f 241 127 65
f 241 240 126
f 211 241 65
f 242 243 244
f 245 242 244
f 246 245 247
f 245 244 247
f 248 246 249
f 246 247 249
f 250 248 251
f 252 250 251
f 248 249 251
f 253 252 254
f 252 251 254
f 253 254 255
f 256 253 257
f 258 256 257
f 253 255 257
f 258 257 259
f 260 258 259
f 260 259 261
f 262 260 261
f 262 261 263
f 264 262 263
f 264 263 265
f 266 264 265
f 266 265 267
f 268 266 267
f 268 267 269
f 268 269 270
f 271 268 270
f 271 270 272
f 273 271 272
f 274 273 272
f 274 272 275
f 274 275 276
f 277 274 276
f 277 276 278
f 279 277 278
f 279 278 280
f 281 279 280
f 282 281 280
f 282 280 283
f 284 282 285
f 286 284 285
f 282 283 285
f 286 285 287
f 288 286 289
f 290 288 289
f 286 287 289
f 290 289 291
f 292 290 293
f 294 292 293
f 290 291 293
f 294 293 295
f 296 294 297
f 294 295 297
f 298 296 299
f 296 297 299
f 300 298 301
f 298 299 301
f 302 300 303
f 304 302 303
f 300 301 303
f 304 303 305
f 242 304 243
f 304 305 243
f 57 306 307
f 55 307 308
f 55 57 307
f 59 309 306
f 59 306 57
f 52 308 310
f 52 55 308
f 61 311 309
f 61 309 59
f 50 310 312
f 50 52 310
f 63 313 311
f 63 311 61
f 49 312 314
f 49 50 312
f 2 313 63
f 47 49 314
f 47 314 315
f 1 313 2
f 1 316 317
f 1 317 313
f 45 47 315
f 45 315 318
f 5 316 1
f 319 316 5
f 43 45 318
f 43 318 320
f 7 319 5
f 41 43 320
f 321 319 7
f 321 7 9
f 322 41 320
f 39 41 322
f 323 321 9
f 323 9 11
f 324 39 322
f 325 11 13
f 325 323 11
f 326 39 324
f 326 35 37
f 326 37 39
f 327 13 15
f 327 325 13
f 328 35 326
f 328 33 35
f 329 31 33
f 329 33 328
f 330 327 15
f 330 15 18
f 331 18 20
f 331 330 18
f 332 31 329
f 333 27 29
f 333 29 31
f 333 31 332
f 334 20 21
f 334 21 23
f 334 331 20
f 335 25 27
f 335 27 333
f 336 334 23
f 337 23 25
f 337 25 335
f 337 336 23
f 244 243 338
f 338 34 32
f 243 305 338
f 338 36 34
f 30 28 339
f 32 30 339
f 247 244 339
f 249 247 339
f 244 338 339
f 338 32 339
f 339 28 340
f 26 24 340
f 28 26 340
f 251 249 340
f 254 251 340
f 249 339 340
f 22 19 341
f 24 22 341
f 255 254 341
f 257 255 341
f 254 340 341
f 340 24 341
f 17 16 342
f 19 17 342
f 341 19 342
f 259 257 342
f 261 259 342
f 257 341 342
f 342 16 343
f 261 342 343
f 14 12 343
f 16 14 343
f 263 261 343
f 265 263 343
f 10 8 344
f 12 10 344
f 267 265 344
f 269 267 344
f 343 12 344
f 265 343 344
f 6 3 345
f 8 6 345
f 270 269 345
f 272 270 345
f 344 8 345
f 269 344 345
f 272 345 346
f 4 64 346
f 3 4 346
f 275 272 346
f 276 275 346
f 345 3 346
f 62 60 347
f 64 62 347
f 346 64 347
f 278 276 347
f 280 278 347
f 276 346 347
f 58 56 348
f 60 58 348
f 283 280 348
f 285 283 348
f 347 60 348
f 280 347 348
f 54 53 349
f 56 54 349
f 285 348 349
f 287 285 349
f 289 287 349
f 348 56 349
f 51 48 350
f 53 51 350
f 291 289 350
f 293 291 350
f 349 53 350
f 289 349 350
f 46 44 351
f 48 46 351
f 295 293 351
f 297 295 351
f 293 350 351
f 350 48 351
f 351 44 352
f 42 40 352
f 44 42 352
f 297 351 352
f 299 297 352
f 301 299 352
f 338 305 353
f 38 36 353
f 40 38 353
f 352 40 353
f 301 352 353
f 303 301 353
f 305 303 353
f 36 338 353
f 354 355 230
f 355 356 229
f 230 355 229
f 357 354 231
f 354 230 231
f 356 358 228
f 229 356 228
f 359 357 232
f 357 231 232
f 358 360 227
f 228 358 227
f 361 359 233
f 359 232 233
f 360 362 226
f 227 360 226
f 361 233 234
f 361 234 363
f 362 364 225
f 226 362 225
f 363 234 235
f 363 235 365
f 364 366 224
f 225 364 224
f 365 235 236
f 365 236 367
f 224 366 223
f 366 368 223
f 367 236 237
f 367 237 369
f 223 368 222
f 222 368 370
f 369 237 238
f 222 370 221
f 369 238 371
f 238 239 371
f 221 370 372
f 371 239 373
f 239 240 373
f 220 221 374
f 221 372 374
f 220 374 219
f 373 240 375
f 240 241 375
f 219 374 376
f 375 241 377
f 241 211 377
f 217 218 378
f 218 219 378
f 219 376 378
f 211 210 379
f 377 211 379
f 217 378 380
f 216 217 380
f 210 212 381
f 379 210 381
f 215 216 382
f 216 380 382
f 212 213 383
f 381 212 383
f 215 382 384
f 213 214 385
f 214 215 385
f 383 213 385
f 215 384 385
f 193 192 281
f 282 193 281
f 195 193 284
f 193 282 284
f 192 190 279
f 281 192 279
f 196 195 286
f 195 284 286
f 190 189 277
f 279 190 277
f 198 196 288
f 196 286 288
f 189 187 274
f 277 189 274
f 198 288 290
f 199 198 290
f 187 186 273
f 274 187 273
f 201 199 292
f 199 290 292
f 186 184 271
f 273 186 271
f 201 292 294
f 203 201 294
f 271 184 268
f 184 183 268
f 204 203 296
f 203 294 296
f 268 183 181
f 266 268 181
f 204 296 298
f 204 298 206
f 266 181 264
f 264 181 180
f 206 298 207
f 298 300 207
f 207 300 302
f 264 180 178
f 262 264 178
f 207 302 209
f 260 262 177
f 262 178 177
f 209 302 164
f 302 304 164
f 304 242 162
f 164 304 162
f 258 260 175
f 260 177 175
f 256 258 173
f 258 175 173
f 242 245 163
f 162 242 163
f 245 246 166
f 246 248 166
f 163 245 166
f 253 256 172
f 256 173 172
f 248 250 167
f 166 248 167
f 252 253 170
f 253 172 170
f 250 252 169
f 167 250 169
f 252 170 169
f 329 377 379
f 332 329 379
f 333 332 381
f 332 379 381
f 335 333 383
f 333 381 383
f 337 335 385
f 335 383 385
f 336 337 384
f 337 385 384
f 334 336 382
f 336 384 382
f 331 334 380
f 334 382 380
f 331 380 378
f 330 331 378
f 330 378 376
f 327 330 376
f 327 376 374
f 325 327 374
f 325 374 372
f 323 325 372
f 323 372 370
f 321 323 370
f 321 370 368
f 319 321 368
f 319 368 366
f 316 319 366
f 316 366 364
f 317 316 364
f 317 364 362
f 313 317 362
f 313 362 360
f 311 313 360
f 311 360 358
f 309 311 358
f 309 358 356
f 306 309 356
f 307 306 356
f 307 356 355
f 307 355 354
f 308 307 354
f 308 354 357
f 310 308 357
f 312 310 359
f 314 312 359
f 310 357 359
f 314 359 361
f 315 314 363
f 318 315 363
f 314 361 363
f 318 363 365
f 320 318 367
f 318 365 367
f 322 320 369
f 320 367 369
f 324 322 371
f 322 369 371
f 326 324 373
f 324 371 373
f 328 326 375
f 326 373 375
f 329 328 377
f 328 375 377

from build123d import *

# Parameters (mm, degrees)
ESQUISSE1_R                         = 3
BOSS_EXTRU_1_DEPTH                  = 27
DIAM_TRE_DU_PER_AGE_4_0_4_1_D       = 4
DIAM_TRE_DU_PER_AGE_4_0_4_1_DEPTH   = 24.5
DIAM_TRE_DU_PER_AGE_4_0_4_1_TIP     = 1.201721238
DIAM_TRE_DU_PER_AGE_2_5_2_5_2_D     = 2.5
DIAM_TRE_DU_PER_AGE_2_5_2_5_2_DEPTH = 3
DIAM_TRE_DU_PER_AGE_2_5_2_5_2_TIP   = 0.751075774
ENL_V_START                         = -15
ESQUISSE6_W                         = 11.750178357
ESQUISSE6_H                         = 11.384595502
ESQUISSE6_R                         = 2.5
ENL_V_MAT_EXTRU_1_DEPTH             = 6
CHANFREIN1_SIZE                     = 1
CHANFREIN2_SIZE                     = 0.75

• [WORK ITEM] Out of the data above, set down the lines from the one with "f 284 282 285" to the one with "f 327 13 15", both included, exactly as written and with no additions.

• [TASK RESPONSE]
f 284 282 285
f 286 284 285
f 282 283 285
f 286 285 287
f 288 286 289
f 290 288 289
f 286 287 289
f 290 289 291
f 292 290 293
f 294 292 293
f 290 291 293
f 294 293 295
f 296 294 297
f 294 295 297
f 298 296 299
f 296 297 299
f 300 298 301
f 298 299 301
f 302 300 303
f 304 302 303
f 300 301 303
f 304 303 305
f 242 304 243
f 304 305 243
f 57 306 307
f 55 307 308
f 55 57 307
f 59 309 306
f 59 306 57
f 52 308 310
f 52 55 308
f 61 311 309
f 61 309 59
f 50 310 312
f 50 52 310
f 63 313 311
f 63 311 61
f 49 312 314
f 49 50 312
f 2 313 63
f 47 49 314
f 47 314 315
f 1 313 2
f 1 316 317
f 1 317 313
f 45 47 315
f 45 315 318
f 5 316 1
f 319 316 5
f 43 45 318
f 43 318 320
f 7 319 5
f 41 43 320
f 321 319 7
f 321 7 9
f 322 41 320
f 39 41 322
f 323 321 9
f 323 9 11
f 324 39 322
f 325 11 13
f 325 323 11
f 326 39 324
f 326 35 37
f 326 37 39
f 327 13 15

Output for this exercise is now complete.